El auge de los fármacos falsos y una posible vacuna ilegal amenaza la salud pública

Termómetros que no detectan la fiebre, barbijos y trajes de protección deficientes y ciberataques a hospitales son cada vez más frecuentes. En Argentina se investiga un caso de fabricación ilegal de alcohol en gel y barbijos.

Foto: EFE | Sebastiao Moreira.

por Wanda Rudich

Millones de pacientes y médicos esperan con ansiedad un medicamento o una vacuna eficaz contra el COVID-19. También lo esperan organizaciones criminales que ya han logrado infiltrar en las redes de distribución productos fraudulentos y están listos para falsificar cualquier vacuna.

Es una amenaza real de la que ha advertido la Oficina de las Naciones Unidas contra la Droga y el Delito (ONUDD) al presentar los resultados de una investigación sobre el creciente negocio ilegal con fármacos y productos sanitarios falsificados que se viene observando desde el inicio de la pandemia.

“La salud y la vida corren peligro, ya que los delincuentes se aprovechan de la crisis de la COVID-19 para sacar provecho de la ansiedad pública y del aumento de la demanda de medicamentos”, señala en un comunicado la directora ejecutiva de la ONUDD, Ghada Waly.

Desde termómetros hasta barbijos

Aunque hasta el momento no hay un fármaco que se haya demostrado eficaz para prevenir o curar la COVID-19, eso no ha obstaculizado el florecimiento de un tráfico ilícito con supuestos productos “mágicos” contra la enfermedad, o la oferta de medicamentos falsos.

Termómetros que no detectan la fiebre, barbijos y trajes de protección deficientes, ciberataques a hospitales, robos de datos, grandes cantidades de productos de salud que nunca llegan a los Gobiernos que los compran: son solo algunos de los resultados del negocio con el que delincuentes ya ganan millones con el virus.

Así, el coronavirus “ha puesto de relieve las deficiencias de los marcos normativos y jurídicos para prevenir la fabricación y el tráfico de esos productos”, indica la ONUDD en su informe.

Según el estudio, titulado “El tráfico de productos médicos relacionado con la COVID-19 como amenaza para la salud pública”, los delincuentes aprovechan “las lagunas en la reglamentación y la supervisión nacionales”.

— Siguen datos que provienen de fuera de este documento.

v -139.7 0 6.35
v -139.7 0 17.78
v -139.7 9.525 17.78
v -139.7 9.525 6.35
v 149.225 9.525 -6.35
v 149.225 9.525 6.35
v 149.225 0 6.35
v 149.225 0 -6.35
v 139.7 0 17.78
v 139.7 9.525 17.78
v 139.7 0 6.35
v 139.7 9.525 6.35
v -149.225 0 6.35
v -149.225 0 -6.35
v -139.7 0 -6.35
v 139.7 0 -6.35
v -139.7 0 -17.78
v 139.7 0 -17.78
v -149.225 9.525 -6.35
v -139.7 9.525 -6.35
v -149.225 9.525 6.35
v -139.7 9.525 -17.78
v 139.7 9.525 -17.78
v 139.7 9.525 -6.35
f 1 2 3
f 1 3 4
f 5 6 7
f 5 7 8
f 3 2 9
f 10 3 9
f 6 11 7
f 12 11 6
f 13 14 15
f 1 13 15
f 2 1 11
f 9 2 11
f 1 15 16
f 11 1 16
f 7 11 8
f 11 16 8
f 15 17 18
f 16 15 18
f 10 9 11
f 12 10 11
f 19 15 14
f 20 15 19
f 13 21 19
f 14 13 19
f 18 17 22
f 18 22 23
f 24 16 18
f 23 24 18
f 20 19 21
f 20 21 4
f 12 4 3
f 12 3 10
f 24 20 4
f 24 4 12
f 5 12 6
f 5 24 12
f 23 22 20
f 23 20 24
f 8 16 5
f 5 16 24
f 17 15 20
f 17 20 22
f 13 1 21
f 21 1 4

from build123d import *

# Parameters (mm, degrees)
SKETCH1_W           = 279.4
SKETCH1_H           = 35.56
BOSS_EXTRUDE1_DEPTH = 9.525
SKETCH2_W           = 12.7
SKETCH2_H           = 9.525
BOSS_EXTRUDE2_DEPTH = 9.525


with BuildPart() as part:
    # Sketch1 → Boss-Extrude1 (new body)
    with BuildSketch(Plane(origin=(0, 0, 0), x_dir=(1, 0, 0), z_dir=(0, 1, 0))):
        Rectangle(SKETCH1_W, SKETCH1_H)
    extrude(amount=BOSS_EXTRUDE1_DEPTH)

    # Sketch2 → Boss-Extrude2 (add)
    with BuildSketch(Plane(origin=(139.7, 0, 0), x_dir=(0, 0, -1), z_dir=(1, 0, 0))):
        with Locations((0, 4.7625)):
            Rectangle(SKETCH2_W, SKETCH2_H)
    boss_extrude2 = extrude(amount=BOSS_EXTRUDE2_DEPTH)

    # Mirror1: Boss-Extrude2 across plane
    add(boss_extrude2.mirror(Plane(origin=(0, 0, 0), x_dir=(0, 0, 1), z_dir=(1, 0, 0))))


solid = part.part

Además, se adaptan rápidamente a la evolución de la pandemia y a las oportunidades derivadas de “las vulnerabilidades” y deficiencias de los sistemas de salud para afrontar la expansión del SARS-COV-2.

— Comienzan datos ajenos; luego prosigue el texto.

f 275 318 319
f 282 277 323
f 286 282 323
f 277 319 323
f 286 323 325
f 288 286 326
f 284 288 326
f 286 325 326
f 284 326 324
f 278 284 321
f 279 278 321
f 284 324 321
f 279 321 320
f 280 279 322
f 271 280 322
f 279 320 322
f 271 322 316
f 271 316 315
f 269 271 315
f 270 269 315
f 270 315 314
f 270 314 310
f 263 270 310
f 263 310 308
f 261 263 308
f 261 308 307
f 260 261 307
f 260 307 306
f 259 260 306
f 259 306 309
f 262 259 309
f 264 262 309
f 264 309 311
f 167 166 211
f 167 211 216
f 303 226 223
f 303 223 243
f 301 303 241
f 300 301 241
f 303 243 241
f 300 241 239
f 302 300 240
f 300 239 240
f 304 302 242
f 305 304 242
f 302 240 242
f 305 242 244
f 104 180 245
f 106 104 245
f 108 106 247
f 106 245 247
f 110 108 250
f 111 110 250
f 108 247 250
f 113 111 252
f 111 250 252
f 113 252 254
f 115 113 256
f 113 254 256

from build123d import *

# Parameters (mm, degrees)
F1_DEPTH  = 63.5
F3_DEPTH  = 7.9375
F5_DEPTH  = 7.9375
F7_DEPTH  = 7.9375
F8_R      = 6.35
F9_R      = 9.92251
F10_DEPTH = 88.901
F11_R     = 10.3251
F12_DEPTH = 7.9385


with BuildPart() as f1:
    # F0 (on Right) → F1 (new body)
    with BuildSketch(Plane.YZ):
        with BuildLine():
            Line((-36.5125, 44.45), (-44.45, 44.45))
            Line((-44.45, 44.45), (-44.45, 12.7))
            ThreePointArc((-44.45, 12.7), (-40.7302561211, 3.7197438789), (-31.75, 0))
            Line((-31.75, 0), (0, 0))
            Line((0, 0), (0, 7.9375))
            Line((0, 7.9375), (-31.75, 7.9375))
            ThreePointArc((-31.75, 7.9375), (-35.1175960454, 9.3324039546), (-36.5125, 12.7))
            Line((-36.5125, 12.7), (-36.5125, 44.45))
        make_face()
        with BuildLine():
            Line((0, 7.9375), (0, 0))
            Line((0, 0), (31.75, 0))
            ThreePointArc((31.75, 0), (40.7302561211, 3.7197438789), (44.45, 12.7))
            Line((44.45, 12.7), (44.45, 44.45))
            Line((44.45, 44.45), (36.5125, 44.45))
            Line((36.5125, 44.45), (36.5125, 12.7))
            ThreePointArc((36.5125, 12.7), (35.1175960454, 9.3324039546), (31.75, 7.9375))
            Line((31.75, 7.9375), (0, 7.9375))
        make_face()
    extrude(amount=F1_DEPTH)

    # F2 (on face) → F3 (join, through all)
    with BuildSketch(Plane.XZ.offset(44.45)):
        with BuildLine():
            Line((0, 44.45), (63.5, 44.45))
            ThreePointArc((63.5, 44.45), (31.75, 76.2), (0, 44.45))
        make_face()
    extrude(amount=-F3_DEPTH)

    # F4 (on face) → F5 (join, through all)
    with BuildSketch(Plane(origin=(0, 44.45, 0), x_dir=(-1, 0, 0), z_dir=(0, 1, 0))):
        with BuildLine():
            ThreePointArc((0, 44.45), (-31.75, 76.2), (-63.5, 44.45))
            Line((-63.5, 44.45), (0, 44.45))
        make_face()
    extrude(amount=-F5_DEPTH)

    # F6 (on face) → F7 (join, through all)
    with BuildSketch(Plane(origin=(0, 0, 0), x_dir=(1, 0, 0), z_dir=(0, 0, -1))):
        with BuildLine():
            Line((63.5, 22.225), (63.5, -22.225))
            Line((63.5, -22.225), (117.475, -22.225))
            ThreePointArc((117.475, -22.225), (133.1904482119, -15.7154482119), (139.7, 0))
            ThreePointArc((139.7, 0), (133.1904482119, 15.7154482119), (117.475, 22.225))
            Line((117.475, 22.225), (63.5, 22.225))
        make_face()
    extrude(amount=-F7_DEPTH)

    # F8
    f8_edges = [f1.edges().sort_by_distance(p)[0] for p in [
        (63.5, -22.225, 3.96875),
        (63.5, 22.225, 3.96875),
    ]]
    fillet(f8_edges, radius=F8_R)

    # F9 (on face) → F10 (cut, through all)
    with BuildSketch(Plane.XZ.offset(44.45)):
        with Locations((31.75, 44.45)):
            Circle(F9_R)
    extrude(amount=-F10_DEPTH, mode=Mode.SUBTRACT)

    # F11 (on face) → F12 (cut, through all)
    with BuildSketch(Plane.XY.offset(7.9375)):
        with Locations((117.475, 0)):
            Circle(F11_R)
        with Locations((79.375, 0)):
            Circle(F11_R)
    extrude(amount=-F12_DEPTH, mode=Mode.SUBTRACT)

Explotación de las necesidades

El informe, elaborado en colaboración con la Organización Mundial de la Salud (OMS), recuerda que la demanda de material para prevenir los contagios por coronavirus, en especial barbijos y equipos de protección para personal sanitario (PPE, en inglés), “superó repentinamente el suministro”.

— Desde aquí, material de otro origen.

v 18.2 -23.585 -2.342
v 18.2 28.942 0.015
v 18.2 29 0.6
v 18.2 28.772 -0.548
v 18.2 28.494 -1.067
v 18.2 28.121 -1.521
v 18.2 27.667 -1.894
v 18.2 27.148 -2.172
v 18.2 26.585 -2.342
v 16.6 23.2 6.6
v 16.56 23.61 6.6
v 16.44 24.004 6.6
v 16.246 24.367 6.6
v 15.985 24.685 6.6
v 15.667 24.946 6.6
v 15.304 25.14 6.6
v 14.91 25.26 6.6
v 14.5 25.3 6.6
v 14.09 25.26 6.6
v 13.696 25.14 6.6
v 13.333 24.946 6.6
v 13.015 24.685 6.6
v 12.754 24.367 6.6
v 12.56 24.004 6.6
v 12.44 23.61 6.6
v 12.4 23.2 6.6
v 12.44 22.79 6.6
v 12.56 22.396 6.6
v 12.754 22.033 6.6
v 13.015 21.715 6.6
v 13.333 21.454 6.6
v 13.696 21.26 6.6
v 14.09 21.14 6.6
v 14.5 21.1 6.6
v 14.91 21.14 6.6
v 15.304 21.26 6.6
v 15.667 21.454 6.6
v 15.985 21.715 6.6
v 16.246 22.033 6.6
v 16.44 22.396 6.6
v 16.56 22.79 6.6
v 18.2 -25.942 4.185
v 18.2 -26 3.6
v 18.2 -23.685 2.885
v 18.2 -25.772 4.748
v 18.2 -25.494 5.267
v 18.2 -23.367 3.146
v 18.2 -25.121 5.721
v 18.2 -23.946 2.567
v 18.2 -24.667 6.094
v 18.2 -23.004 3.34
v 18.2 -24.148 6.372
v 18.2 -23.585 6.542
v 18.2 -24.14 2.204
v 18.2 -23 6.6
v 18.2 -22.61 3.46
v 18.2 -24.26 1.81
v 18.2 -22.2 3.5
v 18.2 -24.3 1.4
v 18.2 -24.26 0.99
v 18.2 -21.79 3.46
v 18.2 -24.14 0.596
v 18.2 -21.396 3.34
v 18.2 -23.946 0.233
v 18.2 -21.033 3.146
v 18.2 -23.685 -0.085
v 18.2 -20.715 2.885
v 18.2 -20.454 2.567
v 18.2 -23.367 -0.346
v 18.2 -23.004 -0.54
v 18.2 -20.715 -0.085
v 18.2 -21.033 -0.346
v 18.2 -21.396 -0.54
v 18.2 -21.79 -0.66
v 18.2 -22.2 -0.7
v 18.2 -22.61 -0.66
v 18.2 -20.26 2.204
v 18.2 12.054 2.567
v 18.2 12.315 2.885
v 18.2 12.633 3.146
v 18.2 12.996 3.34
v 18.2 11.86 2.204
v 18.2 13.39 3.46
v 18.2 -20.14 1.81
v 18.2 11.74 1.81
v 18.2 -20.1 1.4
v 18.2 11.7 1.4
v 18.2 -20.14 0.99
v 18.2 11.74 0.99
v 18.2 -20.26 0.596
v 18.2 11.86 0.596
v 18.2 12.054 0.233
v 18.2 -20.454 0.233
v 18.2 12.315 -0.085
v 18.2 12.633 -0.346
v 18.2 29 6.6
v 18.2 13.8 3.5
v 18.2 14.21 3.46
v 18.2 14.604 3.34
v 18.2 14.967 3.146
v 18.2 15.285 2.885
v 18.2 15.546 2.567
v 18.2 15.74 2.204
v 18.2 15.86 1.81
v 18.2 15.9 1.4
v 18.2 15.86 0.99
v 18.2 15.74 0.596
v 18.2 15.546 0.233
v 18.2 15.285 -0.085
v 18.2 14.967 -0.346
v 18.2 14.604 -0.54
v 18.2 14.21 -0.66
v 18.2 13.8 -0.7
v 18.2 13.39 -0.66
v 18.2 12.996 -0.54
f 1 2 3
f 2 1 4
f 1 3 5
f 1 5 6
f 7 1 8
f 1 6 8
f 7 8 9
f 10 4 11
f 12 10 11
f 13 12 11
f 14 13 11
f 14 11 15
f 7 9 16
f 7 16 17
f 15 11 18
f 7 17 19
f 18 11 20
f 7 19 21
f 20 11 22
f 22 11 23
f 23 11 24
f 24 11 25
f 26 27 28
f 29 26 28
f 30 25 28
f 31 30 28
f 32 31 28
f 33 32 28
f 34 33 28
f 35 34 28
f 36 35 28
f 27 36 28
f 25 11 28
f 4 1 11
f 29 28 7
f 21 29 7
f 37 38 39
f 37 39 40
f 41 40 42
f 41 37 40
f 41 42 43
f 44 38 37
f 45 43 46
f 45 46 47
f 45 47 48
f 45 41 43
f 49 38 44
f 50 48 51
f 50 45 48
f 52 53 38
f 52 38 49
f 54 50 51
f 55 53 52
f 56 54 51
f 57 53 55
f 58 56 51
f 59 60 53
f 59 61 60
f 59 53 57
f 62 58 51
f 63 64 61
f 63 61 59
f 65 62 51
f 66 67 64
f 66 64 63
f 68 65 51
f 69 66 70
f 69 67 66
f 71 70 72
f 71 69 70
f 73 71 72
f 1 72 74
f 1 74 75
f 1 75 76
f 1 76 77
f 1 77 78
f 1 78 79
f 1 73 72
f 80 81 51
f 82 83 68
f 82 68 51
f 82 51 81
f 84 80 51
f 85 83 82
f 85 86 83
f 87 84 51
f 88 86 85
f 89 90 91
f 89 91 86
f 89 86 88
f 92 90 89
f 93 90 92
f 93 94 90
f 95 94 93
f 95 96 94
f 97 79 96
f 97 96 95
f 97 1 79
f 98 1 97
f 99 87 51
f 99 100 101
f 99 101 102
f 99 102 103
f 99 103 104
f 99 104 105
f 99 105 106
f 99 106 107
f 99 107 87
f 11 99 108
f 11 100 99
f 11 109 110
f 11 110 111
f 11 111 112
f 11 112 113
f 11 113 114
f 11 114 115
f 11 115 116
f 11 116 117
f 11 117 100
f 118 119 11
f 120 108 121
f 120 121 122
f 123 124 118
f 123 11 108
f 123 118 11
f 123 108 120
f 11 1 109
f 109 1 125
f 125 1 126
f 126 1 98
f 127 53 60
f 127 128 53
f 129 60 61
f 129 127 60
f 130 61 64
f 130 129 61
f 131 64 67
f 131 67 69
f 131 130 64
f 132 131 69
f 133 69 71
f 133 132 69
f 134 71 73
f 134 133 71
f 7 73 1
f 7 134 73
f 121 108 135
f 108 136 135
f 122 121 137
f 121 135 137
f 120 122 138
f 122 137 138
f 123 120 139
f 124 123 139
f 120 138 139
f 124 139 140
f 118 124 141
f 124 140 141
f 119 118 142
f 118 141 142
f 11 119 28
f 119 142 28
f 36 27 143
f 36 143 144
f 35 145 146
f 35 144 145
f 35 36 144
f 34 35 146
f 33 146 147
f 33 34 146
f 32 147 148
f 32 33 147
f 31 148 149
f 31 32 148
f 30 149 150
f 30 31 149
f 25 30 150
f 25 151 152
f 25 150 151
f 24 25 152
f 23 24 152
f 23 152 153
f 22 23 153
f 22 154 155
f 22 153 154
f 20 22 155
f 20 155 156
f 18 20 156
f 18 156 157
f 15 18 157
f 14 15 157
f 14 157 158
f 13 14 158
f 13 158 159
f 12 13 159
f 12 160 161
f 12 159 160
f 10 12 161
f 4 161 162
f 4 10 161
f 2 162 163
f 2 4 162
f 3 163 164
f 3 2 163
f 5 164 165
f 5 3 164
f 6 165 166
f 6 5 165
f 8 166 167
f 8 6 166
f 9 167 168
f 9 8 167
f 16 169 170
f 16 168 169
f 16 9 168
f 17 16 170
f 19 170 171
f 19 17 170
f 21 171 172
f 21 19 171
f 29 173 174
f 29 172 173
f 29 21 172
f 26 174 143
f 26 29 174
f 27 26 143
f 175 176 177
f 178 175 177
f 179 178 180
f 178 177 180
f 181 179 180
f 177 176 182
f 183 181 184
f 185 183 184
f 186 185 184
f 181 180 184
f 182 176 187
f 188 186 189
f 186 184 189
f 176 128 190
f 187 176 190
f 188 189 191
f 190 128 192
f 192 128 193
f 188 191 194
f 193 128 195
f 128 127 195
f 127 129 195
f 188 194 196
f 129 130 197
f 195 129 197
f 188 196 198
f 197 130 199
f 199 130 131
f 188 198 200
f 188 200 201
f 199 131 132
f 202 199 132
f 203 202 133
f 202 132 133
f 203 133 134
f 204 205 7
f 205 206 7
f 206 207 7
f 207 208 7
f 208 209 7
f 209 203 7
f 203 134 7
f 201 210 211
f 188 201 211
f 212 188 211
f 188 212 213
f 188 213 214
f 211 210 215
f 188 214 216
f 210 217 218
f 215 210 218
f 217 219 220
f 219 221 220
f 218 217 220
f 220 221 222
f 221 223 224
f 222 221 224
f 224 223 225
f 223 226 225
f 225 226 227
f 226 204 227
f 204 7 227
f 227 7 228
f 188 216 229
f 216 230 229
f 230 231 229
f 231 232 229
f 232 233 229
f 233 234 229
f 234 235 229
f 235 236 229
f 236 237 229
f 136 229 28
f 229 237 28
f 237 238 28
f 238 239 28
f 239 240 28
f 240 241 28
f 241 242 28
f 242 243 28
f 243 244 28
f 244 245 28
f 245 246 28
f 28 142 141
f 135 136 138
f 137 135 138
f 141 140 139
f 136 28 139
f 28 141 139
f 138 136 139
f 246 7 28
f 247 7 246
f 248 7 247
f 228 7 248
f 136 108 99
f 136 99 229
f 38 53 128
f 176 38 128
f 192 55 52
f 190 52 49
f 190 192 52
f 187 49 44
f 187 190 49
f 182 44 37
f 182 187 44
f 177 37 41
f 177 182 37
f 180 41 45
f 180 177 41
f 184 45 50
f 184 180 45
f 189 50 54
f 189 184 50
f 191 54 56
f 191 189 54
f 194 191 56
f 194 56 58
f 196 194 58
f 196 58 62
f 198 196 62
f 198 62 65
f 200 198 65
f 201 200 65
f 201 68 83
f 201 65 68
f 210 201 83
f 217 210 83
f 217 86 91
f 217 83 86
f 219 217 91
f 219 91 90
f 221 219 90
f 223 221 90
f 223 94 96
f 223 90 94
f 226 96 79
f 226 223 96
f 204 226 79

Y ese “repentino aumento de la demanda de productos médicos para hacer frente a la pandemia ha dado lugar a una expansión del tráfico de productos de calidad inferior y falsificados”, subraya la ONUDD.

Es así como “la COVID-19 ha sido el catalizador de un mercado global de PPE” que no se había visto nunca antes.

Aunque en menor medida, también se comercializa de forma ilícita material para test, desinfectantes y fármacos como la cloroquina o bombas de oxígeno, señala la ONU.

Redes sofisticadas

Sobre todo grupos de delincuencia altamente organizados, como los del narcotráfico, han logrado infiltrar las redes de suministros medicinales y cambiar su modelo de negocio.

El campo de acción incluye la red informática, con robos de datos y sofisticados ciberataques a hospitales y autoridades sanitarias, o la manipulación de páginas web corporativas, así como ofertas y transacciones en la llamada “red oscura” (darknet).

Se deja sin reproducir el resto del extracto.